* **WORK INSTRUCTION**
Your answer must be every line of the data below that holds the string "offset", copied exactly.

[Saved data entries]
++++++++++++++++++++
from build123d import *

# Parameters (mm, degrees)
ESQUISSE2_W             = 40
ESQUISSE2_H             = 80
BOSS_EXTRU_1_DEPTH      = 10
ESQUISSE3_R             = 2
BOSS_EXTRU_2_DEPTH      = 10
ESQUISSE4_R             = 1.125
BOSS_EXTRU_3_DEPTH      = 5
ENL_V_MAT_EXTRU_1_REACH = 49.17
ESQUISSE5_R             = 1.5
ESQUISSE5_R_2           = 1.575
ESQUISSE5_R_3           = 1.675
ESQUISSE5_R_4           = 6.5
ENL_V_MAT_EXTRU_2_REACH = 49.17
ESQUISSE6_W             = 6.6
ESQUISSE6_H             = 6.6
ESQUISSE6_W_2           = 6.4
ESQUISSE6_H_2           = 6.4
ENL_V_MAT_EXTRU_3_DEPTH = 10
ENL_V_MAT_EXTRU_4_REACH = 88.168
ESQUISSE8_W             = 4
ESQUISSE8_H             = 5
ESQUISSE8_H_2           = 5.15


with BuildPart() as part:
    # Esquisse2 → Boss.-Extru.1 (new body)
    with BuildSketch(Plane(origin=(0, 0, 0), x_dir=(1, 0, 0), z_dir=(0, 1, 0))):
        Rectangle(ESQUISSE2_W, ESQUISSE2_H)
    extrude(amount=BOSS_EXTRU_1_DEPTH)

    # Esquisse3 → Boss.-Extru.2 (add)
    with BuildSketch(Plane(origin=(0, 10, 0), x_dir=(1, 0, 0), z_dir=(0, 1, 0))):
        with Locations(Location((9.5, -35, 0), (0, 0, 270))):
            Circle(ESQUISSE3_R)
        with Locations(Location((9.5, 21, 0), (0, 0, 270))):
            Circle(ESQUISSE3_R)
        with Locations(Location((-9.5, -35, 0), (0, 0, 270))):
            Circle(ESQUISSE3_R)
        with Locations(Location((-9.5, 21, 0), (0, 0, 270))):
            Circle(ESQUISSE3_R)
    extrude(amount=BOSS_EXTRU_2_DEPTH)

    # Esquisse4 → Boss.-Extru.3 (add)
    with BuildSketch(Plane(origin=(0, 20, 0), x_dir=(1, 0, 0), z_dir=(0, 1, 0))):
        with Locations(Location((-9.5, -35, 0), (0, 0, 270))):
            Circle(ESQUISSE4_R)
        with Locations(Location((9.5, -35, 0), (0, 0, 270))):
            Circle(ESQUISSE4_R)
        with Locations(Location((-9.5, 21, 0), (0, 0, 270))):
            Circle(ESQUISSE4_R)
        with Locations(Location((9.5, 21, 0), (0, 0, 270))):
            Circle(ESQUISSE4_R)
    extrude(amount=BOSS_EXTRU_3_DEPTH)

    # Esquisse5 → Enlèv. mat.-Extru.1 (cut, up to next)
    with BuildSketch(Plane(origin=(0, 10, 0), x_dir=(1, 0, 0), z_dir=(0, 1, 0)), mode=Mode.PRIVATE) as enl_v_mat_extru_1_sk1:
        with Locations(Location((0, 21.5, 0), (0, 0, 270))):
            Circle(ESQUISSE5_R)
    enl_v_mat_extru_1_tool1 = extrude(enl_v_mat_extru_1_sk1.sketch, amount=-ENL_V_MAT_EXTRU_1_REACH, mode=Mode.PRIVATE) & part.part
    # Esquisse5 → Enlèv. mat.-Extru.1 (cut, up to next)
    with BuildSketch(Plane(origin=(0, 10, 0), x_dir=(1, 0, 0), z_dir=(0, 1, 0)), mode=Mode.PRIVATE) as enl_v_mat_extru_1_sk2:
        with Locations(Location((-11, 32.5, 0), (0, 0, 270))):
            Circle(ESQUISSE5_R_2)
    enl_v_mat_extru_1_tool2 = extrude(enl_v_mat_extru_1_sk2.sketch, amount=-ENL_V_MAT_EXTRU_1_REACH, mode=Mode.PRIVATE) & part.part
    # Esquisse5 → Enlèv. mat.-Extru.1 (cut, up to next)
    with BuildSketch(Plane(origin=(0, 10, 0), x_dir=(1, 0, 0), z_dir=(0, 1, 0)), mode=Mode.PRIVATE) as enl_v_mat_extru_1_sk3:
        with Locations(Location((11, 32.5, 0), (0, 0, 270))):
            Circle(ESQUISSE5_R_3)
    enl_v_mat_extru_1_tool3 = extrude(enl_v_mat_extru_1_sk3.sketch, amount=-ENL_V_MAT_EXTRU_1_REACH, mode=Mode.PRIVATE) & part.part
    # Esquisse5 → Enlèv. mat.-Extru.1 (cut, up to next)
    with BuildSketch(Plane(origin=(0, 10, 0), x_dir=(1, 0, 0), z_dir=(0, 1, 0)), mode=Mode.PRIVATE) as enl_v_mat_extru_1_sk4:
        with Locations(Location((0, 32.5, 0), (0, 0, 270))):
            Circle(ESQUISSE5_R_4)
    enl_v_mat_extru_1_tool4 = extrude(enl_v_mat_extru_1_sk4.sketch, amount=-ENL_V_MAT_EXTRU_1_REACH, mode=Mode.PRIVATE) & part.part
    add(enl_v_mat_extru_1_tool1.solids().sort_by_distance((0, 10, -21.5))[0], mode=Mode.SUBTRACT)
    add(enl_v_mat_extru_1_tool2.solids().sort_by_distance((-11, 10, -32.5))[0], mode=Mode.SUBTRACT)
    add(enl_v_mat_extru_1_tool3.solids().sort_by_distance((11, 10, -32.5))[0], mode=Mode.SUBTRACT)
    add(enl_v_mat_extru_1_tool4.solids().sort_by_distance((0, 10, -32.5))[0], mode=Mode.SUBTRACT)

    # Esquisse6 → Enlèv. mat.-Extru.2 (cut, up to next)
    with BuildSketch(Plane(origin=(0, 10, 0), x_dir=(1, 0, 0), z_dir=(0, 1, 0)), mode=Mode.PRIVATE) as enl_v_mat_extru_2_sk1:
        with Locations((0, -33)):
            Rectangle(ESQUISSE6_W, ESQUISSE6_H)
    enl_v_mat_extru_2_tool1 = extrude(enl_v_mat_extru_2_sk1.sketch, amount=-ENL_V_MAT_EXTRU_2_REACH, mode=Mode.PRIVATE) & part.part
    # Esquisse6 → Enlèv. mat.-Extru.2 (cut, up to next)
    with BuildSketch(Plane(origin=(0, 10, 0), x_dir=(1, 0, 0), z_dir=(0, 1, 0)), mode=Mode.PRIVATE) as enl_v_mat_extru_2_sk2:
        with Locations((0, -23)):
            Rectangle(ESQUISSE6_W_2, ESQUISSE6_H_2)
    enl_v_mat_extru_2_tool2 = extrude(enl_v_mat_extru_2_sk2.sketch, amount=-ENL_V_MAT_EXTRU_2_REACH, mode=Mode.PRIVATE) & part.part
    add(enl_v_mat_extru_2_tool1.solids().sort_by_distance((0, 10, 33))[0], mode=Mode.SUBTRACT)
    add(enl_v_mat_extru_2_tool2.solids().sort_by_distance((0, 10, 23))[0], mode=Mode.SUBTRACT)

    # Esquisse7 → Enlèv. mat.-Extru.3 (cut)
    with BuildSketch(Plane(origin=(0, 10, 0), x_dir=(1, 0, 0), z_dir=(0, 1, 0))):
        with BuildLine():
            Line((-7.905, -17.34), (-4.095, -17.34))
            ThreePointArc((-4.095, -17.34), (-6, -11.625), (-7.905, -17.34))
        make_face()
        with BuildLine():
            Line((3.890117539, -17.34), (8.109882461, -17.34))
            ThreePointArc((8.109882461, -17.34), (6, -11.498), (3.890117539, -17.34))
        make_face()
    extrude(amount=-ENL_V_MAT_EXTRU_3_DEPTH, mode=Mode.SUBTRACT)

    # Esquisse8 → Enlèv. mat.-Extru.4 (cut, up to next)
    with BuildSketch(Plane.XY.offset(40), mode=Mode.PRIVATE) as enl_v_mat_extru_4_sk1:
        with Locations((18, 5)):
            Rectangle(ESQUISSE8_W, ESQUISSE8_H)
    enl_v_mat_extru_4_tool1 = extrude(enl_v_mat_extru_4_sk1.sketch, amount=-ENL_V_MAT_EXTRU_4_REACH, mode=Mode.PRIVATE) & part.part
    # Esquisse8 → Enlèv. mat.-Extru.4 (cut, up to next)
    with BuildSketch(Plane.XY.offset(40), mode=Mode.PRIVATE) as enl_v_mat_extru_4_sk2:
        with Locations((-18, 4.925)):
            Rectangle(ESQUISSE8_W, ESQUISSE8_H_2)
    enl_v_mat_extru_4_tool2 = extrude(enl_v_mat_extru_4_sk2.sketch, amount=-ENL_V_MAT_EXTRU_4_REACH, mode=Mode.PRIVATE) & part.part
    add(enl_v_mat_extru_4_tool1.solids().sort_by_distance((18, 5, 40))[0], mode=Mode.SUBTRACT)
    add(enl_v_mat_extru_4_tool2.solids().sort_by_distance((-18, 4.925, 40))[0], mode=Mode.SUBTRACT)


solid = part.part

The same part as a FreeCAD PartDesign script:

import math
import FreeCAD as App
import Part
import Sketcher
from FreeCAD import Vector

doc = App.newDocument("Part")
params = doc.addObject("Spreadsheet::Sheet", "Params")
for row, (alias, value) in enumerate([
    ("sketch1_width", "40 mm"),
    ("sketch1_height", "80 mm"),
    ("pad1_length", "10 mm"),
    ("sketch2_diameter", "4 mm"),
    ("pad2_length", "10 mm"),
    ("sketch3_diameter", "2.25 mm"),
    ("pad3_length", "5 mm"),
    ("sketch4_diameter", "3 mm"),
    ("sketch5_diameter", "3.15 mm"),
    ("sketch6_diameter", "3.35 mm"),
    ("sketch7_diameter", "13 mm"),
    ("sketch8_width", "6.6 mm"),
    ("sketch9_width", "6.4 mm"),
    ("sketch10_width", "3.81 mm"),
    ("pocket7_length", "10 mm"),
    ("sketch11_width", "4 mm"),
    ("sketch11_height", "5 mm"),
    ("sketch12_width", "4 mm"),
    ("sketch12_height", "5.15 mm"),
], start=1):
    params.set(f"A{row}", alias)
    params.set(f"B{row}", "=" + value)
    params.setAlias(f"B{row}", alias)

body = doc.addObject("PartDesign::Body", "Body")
++++++++++++++++++++
* **WORKED SOLUTION**
    with BuildSketch(Plane.XY.offset(40), mode=Mode.PRIVATE) as enl_v_mat_extru_4_sk1:
    with BuildSketch(Plane.XY.offset(40), mode=Mode.PRIVATE) as enl_v_mat_extru_4_sk2:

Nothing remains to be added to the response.